En effet, la Norvège est l'un des partenaires les plus proches de l'Union européenne et celle-ci est le premier partenaire commercial de la Norvège. L'Islande, quant à elle, a rejoint l'espace Schengen, dont elle applique la convention depuis 2001. Toutes deux sont membres de l'Association européenne de libre-échange et de l'Espace économique européen. En cette dernière qualité, Islande et Norvège appliquent l'ensemble de la réglementation européenne afférente au secteur du transport aérien. Les transporteurs aériens de ces deux pays sont considérés, à l'égard du seul marché intérieur, comme des transporteurs européens et bénéficient donc des mêmes droits.

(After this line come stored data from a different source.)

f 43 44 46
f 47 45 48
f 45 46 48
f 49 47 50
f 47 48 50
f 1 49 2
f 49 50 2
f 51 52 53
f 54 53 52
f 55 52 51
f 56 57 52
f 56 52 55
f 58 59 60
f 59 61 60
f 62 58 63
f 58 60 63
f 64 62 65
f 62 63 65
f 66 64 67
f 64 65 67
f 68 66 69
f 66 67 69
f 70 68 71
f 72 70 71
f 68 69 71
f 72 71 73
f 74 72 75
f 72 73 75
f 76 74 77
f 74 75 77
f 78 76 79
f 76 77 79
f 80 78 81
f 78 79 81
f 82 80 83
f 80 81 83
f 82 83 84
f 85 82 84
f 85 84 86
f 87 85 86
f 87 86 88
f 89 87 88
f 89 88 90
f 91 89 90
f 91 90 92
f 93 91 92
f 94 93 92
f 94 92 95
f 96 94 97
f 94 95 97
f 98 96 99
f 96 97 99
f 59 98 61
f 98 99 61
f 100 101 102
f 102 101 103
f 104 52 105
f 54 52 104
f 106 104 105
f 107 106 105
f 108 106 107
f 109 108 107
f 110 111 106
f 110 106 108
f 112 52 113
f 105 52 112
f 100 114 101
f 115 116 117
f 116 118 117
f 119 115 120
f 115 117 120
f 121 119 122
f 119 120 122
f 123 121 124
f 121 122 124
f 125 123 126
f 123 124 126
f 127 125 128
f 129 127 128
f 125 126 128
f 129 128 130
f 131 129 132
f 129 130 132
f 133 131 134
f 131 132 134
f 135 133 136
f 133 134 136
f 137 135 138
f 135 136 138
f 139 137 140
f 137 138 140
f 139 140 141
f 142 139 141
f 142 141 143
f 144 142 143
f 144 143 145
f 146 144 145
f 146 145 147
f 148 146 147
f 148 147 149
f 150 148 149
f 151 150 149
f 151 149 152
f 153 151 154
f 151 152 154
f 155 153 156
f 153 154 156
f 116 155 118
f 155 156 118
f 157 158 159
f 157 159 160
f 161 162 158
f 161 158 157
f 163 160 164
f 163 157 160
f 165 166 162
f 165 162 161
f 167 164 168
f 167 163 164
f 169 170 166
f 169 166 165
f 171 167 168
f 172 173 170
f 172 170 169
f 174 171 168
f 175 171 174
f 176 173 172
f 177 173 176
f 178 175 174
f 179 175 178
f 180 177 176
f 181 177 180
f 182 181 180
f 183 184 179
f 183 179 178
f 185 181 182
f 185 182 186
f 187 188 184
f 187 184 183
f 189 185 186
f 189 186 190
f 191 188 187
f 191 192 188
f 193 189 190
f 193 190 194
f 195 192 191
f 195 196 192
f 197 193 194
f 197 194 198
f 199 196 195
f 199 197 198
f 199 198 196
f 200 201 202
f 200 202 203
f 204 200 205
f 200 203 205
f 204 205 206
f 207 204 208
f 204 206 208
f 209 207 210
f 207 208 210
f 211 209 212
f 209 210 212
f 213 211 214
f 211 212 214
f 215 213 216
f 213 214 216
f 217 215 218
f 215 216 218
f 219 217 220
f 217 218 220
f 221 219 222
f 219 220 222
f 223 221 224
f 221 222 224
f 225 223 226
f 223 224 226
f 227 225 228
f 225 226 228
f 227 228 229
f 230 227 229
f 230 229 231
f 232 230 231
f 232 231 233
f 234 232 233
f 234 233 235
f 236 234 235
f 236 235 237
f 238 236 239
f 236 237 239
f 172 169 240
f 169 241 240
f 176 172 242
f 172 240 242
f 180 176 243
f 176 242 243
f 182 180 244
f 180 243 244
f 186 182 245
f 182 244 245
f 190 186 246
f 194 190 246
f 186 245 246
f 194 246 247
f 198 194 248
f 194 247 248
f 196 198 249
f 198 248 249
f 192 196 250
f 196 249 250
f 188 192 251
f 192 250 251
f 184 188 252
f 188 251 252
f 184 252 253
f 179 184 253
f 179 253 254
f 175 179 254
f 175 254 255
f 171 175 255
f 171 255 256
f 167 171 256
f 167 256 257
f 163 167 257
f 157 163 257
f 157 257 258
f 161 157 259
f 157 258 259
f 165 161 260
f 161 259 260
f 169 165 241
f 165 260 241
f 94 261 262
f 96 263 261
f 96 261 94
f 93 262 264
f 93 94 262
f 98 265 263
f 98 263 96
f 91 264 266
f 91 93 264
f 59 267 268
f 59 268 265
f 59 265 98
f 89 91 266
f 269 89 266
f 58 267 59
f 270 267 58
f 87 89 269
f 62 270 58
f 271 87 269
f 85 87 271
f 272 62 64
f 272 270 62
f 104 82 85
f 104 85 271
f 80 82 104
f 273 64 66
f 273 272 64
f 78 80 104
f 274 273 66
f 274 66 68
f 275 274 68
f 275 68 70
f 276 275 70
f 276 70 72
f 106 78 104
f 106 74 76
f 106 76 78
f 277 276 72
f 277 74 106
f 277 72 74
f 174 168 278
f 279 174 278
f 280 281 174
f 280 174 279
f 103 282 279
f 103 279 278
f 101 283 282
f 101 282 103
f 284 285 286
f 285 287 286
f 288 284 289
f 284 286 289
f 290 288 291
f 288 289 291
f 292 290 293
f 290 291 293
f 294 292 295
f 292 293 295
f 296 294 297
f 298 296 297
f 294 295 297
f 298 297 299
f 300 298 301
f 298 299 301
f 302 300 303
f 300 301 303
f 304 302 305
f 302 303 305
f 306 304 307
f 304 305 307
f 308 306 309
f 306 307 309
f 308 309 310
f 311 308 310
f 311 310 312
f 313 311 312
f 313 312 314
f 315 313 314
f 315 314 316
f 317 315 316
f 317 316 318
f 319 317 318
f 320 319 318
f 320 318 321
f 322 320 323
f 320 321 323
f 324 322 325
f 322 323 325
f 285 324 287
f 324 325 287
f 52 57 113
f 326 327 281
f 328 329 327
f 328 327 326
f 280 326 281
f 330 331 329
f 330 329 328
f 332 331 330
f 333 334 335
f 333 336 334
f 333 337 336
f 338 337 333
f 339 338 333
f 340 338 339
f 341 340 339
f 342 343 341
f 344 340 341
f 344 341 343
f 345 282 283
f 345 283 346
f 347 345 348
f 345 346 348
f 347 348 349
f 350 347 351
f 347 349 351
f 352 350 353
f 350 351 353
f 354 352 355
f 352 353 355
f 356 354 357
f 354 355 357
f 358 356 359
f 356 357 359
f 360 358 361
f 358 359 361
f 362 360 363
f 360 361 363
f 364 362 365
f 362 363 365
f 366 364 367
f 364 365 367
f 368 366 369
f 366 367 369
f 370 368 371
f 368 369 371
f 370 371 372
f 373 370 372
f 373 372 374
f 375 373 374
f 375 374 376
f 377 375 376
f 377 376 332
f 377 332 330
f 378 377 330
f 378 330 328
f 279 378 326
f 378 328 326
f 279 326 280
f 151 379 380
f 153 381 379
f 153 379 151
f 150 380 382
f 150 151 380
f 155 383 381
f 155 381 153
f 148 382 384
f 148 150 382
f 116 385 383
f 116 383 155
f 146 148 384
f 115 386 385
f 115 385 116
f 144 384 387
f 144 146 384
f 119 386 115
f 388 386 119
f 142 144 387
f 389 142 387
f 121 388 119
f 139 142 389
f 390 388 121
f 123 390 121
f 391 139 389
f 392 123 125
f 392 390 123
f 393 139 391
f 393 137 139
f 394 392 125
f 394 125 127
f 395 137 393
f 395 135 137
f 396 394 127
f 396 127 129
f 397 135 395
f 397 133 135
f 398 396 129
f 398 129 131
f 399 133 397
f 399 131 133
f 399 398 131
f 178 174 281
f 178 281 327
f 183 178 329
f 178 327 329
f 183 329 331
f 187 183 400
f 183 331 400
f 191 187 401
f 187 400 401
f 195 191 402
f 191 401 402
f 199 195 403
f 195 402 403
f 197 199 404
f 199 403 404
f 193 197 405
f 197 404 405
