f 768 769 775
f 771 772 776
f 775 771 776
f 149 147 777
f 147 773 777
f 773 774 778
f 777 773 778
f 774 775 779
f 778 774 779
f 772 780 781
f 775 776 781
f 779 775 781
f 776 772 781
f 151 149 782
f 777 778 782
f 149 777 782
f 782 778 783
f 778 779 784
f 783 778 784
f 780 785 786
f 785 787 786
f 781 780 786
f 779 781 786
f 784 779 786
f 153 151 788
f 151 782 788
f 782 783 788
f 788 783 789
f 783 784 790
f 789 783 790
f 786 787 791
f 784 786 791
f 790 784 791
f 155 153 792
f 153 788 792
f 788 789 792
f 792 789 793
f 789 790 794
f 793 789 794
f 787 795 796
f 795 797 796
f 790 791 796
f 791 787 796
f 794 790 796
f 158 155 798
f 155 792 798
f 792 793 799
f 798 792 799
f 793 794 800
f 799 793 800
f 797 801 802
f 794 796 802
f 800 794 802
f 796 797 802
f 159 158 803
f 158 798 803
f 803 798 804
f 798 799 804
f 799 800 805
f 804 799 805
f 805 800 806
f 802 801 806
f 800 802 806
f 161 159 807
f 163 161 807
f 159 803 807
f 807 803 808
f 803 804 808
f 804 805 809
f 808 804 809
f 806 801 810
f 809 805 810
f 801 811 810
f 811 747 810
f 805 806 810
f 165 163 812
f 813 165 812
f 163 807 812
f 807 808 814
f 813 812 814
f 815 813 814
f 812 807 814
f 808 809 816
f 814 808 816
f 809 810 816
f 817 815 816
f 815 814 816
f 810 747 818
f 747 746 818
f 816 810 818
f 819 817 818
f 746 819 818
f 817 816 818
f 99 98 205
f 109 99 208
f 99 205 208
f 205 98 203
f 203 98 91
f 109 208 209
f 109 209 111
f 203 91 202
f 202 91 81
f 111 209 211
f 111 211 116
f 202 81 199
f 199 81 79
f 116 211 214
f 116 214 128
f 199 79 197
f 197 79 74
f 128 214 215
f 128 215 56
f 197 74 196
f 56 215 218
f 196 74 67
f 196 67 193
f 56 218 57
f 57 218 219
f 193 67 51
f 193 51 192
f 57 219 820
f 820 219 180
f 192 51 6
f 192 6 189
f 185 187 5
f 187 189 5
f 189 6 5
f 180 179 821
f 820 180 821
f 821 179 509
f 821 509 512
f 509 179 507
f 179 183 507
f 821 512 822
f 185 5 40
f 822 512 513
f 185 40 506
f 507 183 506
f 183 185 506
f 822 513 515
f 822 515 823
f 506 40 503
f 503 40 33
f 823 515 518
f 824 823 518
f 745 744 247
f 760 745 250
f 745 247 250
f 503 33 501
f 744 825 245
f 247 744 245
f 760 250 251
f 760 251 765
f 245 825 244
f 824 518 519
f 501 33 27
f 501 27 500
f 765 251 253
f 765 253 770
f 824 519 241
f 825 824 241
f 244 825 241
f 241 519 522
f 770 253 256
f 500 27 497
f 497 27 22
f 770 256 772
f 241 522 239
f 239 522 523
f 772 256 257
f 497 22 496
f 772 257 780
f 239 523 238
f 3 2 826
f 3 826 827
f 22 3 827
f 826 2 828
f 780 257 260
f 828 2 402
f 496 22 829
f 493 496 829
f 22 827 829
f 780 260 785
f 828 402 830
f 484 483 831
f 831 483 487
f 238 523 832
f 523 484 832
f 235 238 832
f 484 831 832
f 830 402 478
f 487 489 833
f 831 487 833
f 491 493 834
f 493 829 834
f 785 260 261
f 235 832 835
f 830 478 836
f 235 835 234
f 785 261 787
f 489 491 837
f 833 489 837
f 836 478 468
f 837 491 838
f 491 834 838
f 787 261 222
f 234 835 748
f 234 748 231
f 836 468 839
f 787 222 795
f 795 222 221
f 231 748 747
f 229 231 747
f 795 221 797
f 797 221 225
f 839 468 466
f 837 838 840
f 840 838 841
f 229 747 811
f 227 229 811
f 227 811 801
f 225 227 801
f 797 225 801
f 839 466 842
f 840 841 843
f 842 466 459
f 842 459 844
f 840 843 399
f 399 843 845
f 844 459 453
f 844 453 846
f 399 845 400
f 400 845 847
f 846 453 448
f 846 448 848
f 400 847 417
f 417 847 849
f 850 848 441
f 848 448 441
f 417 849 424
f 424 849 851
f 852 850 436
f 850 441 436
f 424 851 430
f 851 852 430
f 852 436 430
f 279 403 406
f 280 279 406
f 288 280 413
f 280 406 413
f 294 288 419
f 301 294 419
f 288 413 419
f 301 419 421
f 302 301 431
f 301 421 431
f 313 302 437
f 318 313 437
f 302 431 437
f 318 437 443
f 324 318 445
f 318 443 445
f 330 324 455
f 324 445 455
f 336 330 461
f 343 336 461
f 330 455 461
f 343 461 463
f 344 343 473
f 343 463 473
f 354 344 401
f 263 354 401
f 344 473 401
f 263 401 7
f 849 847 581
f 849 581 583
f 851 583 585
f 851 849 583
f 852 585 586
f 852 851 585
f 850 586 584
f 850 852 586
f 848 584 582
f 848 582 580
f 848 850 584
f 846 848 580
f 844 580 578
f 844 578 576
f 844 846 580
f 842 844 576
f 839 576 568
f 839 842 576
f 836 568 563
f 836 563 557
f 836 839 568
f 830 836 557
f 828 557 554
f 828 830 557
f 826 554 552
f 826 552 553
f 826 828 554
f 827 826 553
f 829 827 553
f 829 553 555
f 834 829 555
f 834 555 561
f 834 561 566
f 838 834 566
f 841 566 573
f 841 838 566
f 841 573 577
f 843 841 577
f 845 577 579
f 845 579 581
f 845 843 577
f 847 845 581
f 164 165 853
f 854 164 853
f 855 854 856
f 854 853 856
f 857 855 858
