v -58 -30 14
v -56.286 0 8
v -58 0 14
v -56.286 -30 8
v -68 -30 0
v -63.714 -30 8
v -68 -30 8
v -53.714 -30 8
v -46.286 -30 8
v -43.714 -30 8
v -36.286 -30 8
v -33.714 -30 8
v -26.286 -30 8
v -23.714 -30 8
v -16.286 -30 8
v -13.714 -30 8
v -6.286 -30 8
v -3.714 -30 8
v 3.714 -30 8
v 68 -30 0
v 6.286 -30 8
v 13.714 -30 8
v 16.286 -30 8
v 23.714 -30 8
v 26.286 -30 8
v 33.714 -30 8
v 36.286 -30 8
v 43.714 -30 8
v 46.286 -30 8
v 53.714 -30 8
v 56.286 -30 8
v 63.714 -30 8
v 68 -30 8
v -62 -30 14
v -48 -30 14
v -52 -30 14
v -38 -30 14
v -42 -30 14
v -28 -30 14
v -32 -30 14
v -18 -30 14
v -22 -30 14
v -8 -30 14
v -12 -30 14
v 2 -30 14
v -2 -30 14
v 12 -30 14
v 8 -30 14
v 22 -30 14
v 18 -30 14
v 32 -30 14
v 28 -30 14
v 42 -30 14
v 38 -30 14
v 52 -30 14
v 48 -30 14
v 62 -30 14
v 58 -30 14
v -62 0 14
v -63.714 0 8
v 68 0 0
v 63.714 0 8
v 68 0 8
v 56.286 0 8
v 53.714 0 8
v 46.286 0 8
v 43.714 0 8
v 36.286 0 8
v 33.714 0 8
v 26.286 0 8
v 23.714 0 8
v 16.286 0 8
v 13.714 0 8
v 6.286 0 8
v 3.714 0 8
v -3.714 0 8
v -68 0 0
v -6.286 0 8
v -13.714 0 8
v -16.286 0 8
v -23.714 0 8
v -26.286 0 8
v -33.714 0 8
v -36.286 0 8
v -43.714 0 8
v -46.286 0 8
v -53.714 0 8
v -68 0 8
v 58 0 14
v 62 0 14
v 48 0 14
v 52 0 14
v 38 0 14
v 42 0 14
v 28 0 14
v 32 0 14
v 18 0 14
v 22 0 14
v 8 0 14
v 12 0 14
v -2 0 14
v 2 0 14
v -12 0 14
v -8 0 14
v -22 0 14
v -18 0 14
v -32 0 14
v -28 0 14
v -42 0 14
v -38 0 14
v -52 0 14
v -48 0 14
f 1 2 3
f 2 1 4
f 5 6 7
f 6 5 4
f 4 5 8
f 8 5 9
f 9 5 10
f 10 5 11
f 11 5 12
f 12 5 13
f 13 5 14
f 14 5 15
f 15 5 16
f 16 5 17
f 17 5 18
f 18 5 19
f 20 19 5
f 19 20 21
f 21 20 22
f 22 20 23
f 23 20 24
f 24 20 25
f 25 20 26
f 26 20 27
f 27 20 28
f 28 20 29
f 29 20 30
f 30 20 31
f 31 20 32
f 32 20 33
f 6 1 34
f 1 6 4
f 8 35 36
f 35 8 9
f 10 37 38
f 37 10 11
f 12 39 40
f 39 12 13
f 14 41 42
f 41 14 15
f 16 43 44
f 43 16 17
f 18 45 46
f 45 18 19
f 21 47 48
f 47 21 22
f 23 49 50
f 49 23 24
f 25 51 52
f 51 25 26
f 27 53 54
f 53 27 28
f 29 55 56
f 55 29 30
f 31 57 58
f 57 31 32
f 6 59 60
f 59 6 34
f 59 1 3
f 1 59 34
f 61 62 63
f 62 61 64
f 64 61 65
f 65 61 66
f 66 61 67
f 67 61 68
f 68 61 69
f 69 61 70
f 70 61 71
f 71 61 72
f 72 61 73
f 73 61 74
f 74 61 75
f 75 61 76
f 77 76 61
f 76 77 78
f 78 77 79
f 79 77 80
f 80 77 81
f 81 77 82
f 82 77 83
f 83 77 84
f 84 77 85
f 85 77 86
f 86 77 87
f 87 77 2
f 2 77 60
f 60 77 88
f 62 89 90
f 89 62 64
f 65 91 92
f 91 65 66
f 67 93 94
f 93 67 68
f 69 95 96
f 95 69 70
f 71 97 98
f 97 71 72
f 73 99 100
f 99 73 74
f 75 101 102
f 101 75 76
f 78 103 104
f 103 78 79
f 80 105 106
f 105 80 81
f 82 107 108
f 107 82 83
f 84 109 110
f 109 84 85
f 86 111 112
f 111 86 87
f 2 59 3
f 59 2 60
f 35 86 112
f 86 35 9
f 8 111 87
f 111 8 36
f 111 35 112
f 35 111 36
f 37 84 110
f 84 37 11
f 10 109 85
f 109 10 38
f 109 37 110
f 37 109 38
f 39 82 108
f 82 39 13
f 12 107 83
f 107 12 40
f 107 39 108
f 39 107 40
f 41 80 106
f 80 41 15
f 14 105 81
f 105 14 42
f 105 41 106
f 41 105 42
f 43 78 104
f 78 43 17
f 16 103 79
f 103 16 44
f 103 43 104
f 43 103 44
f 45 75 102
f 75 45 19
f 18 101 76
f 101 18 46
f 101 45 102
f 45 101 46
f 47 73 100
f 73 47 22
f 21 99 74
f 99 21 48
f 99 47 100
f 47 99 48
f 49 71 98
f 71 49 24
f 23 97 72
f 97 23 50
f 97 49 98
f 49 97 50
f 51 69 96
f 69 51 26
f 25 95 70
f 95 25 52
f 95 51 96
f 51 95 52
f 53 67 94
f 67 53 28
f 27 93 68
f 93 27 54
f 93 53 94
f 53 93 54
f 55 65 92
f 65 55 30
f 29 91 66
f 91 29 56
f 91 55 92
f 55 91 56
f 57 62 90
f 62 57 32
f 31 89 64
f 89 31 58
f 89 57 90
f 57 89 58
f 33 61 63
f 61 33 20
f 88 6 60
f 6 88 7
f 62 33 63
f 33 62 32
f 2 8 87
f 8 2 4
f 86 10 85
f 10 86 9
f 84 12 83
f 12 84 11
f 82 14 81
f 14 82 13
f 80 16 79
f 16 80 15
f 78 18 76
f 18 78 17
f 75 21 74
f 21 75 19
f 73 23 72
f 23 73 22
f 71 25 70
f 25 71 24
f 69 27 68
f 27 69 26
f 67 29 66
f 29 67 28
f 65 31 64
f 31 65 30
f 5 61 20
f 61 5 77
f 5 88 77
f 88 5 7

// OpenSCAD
$fn = 32;

// ----------------------------------------------------------------------
// Toothed rack, 13 teeth
// 10 mm pitch, 6 mm teeth
// ----------------------------------------------------------------------

// --- parameters (mm) ---
bar_w = 30;   // bar width (Y)
bar_h = 8;    // bar height (Z)
teeth = 13;   // number of teeth
pitch = 10;   // tooth pitch
tooth_h = 6;  // tooth height above the bar
root_w = 8;   // tooth width at the root
crest_w = 4;  // tooth width at the crest

// --- derived feature positions (mm) ---
span = (teeth - 1) * pitch;  // = 120   distance between the outer teeth
bar_l = span + root_w + 8;   // = 136   bar length: teeth plus 4 mm at each end
tooth_x = -span / 2;         // = -60   X of the first tooth
height = bar_h + tooth_h;    // = 14   overall height
feature_centers = [
  [tooth_x + 0 * pitch, -bar_w / 2],
  [tooth_x + 1 * pitch, -bar_w / 2],
  [tooth_x + 2 * pitch, -bar_w / 2],
  [tooth_x + 3 * pitch, -bar_w / 2],
  [tooth_x + 4 * pitch, -bar_w / 2],
  [tooth_x + 5 * pitch, -bar_w / 2],
  [tooth_x + 6 * pitch, -bar_w / 2],
  [tooth_x + 7 * pitch, -bar_w / 2],
  [tooth_x + 8 * pitch, -bar_w / 2],
  [tooth_x + 9 * pitch, -bar_w / 2],
  [tooth_x + 10 * pitch, -bar_w / 2],
  [tooth_x + 11 * pitch, -bar_w / 2],
  [tooth_x + 12 * pitch, -bar_w / 2]
];   // tooth centre line, drives the tooth loop

// bar with a rack of teeth, one extruded trapezoium per centre
module rack_tooth() {
  linear_extrude(height = bar_w)
    polygon(points = [
      [0, 0],
      [root_w, 0],
      [root_w / 2 + crest_w / 2, tooth_h + 1],
      [root_w / 2 - crest_w / 2, tooth_h + 1]
    ]);
}

union() {
  translate([-bar_l / 2, -bar_w, 0]) cube([bar_l, bar_w, bar_h]);
  for (centre = feature_centers)
    translate([centre[0] - root_w / 2, 0, bar_h - 1]) rotate([90, 0, 0]) rack_tooth();
}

En outre, ces deux pays sont également signataires de l'accord multilatéral sur la création d'un espace aérien commun européen conclu en 2006, qui met en place un vaste marché couvrant le territoire des États membres de l'Union européenne, des États des Balkans occidentaux, de l'Islande et de la Norvège.

Le présent accord d'extension prévoit que, pour l'application de l'accord de 2007, Islande et Norvège sont considérées comme des pays membres de l'Union européenne et ont donc les mêmes droits et les mêmes obligations que les États membres.

Les transporteurs aériens européens, islandais et norvégiens, comme leurs homologues américains, pourront dorénavant proposer des services entre n'importe quel aéroport situé dans l'Union européenne, en Islande et en Norvège, et n'importe quel aéroport américain.

Si l'extension à l'Islande et à la Norvège de l'accord de 2007 ouvre de nouveaux marchés, l'intérêt de ces derniers est cependant limité pour les compagnies aériennes régulières de l'Union européenne. En effet, comme l'a signalé la présidente Marielle de Sarnez, l'Islande et la Norvège offrent peu d'opportunités en raison de leur faible population et de l'existence dans ces deux pays de transporteurs aériens solides. L'Islande en dispose en effet d'Icelandair et de la compagnie à bas coûts WOW air ; et la Norvège, du transporteur aérien régulier traditionnel SAS et de la compagnie à bas coûts Norwegian.

En revanche, l'accord d'extension ouvre aux transporteurs aériens de ces deux pays un marché européen de 500 millions de consommateurs potentiels. Son impact économique devrait cependant être limité dans la mesure où la compagnie Norwegian a déjà développé un réseau de liaisons transatlantiques au départ de plusieurs États membres. En outre, elle a créé deux filiales dans l'Union européenne, l'une en Irlande, l'autre au Royaume-Uni.

Par ailleurs, en matière d'investissements, le présent accord d'extension permettra à des intérêts européens d'investir dans des compagnies aériennes islandaises et norvégiennes sans perdre pour autant les droits de trafic sur les marchés transatlantiques. De cette façon, les Européens bénéficieront de la réciprocité en termes de possibilités d'investissement dans les transporteurs aériens de ces deux pays.

L'accord étend à l'Islande et à la Norvège les dispositions relatives à l'environnement de l'accord de transport aérien modifié par le protocole. Ces dispositions affirment l'importance de protéger l'environnement dans le cadre de l'élaboration et de la mise en oeuvre de la politique aéronautique internationale. Elles confirment l'engagement d'appliquer le principe de l'approche équilibrée pour définir d'éventuelles restrictions d'exploitation liées au bruit sur les aéroports. Elles prévoient enfin de renforcer la coopération dans le but de traiter l'impact de l'aviation internationale sur l'environnement, comme l'a mentionné la rapporteure.

L'extension de ces dispositions aux services aériens transatlantiques entre l'Islande et la Norvège et les États-Unis est donc positive et renforce la position de l'Union européenne dans son approche environnementale. Par conséquent, notre groupe soutient le projet de loi.

Je terminerai tout naturellement en citant deux aviatrices norvégiennes, en écho aux trois françaises que j'ai mentionnées au début de mon propos : Gidsken Jakobsen, une des pionnières, et Mette Grøtteland, première femme pilote de chasse norvégienne. Vos applaudissements seront pour ces femmes d'exception, pionnières de l'aviation.